Write out exactly the lines of the entries below from the one holding "#363=ORIENTED_EDGE('',*,*,#36,.T.);" to the one holding "#17=DIRECTION('',(1.,0.,0.));", inclusive, and leave out all other lines.

-- SUPPLIED MATERIAL follows --

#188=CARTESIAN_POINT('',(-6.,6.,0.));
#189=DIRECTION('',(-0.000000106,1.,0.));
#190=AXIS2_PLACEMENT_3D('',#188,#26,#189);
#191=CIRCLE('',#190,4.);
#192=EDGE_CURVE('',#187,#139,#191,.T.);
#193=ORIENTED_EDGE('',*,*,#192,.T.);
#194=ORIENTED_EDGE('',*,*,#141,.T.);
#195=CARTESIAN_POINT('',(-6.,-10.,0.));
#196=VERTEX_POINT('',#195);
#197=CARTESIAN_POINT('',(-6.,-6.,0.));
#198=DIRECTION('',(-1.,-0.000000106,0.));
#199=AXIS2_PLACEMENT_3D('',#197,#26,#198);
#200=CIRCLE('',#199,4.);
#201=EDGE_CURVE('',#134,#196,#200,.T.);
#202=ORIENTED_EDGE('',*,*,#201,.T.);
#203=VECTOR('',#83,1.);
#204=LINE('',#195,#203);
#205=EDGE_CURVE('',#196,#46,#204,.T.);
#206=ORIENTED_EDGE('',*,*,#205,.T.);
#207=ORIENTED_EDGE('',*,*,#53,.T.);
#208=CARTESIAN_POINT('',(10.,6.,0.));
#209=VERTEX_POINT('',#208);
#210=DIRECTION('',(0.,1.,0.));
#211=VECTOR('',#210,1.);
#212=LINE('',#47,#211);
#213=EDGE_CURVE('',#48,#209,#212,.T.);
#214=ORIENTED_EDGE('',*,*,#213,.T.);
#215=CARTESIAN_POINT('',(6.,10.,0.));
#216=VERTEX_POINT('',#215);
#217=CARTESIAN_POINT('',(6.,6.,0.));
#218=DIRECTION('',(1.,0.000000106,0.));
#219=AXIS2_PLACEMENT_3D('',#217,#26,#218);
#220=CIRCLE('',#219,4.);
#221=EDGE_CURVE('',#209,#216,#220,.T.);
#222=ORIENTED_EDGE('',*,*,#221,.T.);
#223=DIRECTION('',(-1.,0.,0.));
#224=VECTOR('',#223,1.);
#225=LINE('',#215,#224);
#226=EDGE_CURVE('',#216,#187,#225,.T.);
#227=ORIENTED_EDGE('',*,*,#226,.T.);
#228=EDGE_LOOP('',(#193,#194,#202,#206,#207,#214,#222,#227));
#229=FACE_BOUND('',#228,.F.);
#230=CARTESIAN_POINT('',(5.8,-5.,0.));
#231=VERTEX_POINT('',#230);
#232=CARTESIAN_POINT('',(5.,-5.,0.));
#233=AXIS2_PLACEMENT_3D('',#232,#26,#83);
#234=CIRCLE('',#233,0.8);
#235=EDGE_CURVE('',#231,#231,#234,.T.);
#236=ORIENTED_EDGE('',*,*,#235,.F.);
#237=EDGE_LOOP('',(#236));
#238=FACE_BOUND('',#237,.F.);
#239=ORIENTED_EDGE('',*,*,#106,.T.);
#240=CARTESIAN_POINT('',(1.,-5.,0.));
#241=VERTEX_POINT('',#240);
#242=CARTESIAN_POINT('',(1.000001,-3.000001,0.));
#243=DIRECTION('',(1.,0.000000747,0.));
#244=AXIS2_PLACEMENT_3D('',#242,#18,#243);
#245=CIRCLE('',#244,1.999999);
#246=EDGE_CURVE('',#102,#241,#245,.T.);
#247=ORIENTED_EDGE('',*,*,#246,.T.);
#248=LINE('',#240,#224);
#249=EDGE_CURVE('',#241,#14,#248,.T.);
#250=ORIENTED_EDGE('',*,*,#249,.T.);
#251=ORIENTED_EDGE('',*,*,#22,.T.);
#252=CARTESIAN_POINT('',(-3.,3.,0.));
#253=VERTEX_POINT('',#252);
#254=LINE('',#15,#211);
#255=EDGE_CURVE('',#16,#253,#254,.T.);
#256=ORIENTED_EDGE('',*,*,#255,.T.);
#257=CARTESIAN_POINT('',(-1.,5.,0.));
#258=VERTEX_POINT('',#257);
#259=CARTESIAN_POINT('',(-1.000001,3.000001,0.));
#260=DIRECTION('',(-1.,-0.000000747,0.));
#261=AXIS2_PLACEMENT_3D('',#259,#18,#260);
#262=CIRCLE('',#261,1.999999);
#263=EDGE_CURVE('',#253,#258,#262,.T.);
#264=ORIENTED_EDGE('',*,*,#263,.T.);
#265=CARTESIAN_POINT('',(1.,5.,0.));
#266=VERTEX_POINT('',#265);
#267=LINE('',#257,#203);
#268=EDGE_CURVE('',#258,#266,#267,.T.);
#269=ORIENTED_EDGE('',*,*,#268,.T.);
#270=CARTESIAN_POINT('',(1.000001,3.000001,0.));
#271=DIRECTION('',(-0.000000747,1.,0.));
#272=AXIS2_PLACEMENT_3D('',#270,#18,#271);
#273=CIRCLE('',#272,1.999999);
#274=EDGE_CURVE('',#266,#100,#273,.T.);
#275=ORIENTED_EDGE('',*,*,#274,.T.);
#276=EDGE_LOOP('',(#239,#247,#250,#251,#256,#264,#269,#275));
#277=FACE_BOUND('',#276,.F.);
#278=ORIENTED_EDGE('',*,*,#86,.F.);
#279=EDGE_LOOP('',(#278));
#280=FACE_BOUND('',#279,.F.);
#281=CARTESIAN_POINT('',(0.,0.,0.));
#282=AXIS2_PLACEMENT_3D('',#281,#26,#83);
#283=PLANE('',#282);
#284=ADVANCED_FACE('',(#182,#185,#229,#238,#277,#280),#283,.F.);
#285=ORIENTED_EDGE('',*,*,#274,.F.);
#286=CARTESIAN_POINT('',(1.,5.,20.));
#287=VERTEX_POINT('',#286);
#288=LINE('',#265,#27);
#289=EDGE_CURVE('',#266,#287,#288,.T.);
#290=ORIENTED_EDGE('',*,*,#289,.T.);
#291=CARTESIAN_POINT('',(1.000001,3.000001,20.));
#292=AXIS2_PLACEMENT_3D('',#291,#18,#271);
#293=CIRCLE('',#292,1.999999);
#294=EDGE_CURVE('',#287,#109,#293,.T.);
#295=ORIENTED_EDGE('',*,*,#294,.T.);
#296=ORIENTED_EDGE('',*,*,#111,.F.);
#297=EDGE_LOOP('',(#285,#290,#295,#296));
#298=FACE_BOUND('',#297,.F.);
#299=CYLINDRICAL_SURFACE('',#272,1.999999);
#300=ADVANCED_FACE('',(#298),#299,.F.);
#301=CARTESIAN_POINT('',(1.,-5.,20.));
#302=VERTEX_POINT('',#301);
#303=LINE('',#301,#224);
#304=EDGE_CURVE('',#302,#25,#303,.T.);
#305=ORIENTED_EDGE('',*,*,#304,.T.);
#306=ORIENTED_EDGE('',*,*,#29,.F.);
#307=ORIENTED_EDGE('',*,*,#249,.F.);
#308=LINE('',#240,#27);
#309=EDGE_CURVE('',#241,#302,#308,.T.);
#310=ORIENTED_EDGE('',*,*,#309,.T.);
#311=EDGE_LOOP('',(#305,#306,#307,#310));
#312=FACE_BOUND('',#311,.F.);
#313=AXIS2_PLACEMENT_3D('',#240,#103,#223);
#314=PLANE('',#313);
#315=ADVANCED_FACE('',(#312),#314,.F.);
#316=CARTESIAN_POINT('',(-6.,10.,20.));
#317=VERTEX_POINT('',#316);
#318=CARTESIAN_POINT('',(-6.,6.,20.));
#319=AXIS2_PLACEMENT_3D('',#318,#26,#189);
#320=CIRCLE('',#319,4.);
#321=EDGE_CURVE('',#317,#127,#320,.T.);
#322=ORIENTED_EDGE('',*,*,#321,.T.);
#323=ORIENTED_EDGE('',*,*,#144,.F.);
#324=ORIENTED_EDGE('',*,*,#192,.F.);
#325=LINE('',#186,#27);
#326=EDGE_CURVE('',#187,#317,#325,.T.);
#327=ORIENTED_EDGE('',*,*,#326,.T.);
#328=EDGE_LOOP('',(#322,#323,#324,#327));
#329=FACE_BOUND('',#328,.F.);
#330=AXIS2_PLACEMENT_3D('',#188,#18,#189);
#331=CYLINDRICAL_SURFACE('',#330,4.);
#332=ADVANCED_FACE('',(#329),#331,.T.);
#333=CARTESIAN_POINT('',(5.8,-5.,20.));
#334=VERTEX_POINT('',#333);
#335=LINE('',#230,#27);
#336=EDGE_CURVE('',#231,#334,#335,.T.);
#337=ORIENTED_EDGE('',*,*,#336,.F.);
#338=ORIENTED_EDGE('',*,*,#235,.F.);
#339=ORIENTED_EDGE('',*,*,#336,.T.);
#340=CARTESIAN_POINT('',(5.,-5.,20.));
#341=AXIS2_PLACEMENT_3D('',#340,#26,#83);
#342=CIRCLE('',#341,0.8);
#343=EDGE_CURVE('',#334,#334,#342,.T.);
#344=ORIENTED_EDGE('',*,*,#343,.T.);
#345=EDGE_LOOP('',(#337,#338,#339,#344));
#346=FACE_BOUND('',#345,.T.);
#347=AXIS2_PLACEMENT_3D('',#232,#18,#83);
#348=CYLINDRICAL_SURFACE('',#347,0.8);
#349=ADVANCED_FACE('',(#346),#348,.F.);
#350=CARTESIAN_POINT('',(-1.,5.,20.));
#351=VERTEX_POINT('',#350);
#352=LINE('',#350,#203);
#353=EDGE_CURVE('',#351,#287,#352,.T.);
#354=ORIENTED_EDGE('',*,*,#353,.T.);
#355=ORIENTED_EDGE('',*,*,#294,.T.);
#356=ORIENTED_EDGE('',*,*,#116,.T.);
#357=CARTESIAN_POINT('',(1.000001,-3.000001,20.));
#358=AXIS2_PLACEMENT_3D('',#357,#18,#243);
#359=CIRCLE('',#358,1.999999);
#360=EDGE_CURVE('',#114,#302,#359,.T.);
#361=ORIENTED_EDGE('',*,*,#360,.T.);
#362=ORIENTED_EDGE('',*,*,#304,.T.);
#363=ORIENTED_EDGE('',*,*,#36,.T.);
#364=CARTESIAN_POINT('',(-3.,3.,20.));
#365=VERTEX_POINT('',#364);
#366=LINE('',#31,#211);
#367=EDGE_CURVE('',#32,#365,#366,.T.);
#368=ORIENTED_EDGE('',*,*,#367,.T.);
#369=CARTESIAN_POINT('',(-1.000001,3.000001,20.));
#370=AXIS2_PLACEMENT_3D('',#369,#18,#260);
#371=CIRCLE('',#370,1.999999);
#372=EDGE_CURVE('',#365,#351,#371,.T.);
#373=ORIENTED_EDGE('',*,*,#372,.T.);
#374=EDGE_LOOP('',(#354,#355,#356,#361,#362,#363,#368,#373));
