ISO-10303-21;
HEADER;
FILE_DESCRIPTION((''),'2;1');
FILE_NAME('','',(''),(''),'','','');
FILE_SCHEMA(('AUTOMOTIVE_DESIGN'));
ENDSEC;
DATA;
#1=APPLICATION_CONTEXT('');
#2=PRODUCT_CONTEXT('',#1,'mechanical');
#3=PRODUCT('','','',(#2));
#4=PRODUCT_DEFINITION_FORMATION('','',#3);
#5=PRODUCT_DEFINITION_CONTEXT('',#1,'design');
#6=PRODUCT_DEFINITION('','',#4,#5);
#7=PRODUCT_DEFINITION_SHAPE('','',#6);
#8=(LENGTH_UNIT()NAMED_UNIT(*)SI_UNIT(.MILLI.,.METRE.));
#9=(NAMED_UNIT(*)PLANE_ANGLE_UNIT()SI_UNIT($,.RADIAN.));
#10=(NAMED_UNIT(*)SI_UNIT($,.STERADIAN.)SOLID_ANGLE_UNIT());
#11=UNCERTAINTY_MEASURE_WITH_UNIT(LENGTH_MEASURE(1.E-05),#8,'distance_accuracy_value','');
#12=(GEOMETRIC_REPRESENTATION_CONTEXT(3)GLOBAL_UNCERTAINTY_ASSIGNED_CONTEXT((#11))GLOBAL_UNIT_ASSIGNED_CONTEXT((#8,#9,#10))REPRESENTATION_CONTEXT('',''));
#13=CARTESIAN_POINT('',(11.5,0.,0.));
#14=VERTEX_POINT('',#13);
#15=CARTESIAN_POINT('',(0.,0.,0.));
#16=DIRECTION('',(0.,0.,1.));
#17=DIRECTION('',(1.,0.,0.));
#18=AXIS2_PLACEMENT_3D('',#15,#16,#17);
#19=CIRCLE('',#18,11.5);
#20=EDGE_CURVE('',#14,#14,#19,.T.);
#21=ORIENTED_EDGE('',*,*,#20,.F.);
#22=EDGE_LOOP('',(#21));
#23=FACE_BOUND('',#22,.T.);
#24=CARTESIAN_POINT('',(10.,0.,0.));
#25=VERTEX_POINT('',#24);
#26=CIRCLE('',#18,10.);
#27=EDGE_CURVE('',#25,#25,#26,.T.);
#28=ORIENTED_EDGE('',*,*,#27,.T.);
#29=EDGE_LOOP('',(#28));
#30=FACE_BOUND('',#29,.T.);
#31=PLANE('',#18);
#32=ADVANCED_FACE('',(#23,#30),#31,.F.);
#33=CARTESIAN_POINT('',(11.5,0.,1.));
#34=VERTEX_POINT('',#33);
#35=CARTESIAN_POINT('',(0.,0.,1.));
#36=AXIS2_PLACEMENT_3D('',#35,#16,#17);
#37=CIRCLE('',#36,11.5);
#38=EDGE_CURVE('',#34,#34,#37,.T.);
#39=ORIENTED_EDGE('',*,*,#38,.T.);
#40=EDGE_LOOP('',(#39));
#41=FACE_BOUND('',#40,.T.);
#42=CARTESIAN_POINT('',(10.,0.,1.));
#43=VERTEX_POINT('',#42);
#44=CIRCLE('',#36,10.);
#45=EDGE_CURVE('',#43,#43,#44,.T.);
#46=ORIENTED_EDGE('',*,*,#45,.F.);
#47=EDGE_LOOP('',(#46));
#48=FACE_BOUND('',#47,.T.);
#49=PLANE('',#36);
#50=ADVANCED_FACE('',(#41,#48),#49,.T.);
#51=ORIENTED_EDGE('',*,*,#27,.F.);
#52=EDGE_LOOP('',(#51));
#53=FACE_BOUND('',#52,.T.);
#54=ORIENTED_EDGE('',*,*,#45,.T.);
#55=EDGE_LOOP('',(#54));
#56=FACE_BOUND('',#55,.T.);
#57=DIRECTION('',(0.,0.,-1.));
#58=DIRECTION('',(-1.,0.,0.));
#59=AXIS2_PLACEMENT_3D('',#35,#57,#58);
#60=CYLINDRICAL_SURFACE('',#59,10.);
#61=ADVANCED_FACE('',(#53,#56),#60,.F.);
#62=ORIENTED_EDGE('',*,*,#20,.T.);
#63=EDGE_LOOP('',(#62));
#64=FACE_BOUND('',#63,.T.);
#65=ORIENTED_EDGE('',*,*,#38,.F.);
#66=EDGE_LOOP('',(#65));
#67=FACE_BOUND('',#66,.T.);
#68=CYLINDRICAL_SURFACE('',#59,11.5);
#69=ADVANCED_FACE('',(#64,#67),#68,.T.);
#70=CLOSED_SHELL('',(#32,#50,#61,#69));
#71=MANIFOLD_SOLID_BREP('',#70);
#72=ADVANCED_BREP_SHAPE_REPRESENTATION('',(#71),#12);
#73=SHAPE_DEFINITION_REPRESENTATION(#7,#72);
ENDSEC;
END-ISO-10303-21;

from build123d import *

# Parameters (mm, degrees)
SKETCH_1_R      = 11.5
SKETCH_1_R_2    = 10
EXTRUDE_1_DEPTH = 1


with BuildPart() as part:
    # 草图1 → 凸台-拉伸1 (new body)
    with BuildSketch(Plane.XY):
        Circle(SKETCH_1_R)
        Circle(SKETCH_1_R_2, mode=Mode.SUBTRACT)
    extrude(amount=EXTRUDE_1_DEPTH)


solid = part.part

-- SUPPLIED MATERIAL concluded --

ANSWER TO THIS EXERCISE →
#363=ORIENTED_EDGE('',*,*,#36,.T.);
#364=CARTESIAN_POINT('',(-3.,3.,20.));
#365=VERTEX_POINT('',#364);
#366=LINE('',#31,#211);
#367=EDGE_CURVE('',#32,#365,#366,.T.);
#368=ORIENTED_EDGE('',*,*,#367,.T.);
#369=CARTESIAN_POINT('',(-1.000001,3.000001,20.));
#370=AXIS2_PLACEMENT_3D('',#369,#18,#260);
#371=CIRCLE('',#370,1.999999);
#372=EDGE_CURVE('',#365,#351,#371,.T.);
#373=ORIENTED_EDGE('',*,*,#372,.T.);
#374=EDGE_LOOP('',(#354,#355,#356,#361,#362,#363,#368,#373));
ISO-10303-21;
HEADER;
FILE_DESCRIPTION((''),'2;1');
FILE_NAME('','',(''),(''),'','','');
FILE_SCHEMA(('AUTOMOTIVE_DESIGN'));
ENDSEC;
DATA;
#1=APPLICATION_CONTEXT('');
#2=PRODUCT_CONTEXT('',#1,'mechanical');
#3=PRODUCT('','','',(#2));
#4=PRODUCT_DEFINITION_FORMATION('','',#3);
#5=PRODUCT_DEFINITION_CONTEXT('',#1,'design');
#6=PRODUCT_DEFINITION('','',#4,#5);
#7=PRODUCT_DEFINITION_SHAPE('','',#6);
#8=(LENGTH_UNIT()NAMED_UNIT(*)SI_UNIT(.MILLI.,.METRE.));
#9=(NAMED_UNIT(*)PLANE_ANGLE_UNIT()SI_UNIT($,.RADIAN.));
#10=(NAMED_UNIT(*)SI_UNIT($,.STERADIAN.)SOLID_ANGLE_UNIT());
#11=UNCERTAINTY_MEASURE_WITH_UNIT(LENGTH_MEASURE(1.E-05),#8,'distance_accuracy_value','');
#12=(GEOMETRIC_REPRESENTATION_CONTEXT(3)GLOBAL_UNCERTAINTY_ASSIGNED_CONTEXT((#11))GLOBAL_UNIT_ASSIGNED_CONTEXT((#8,#9,#10))REPRESENTATION_CONTEXT('',''));
#13=CARTESIAN_POINT('',(11.5,0.,0.));
#14=VERTEX_POINT('',#13);
#15=CARTESIAN_POINT('',(0.,0.,0.));
#16=DIRECTION('',(0.,0.,1.));
#17=DIRECTION('',(1.,0.,0.));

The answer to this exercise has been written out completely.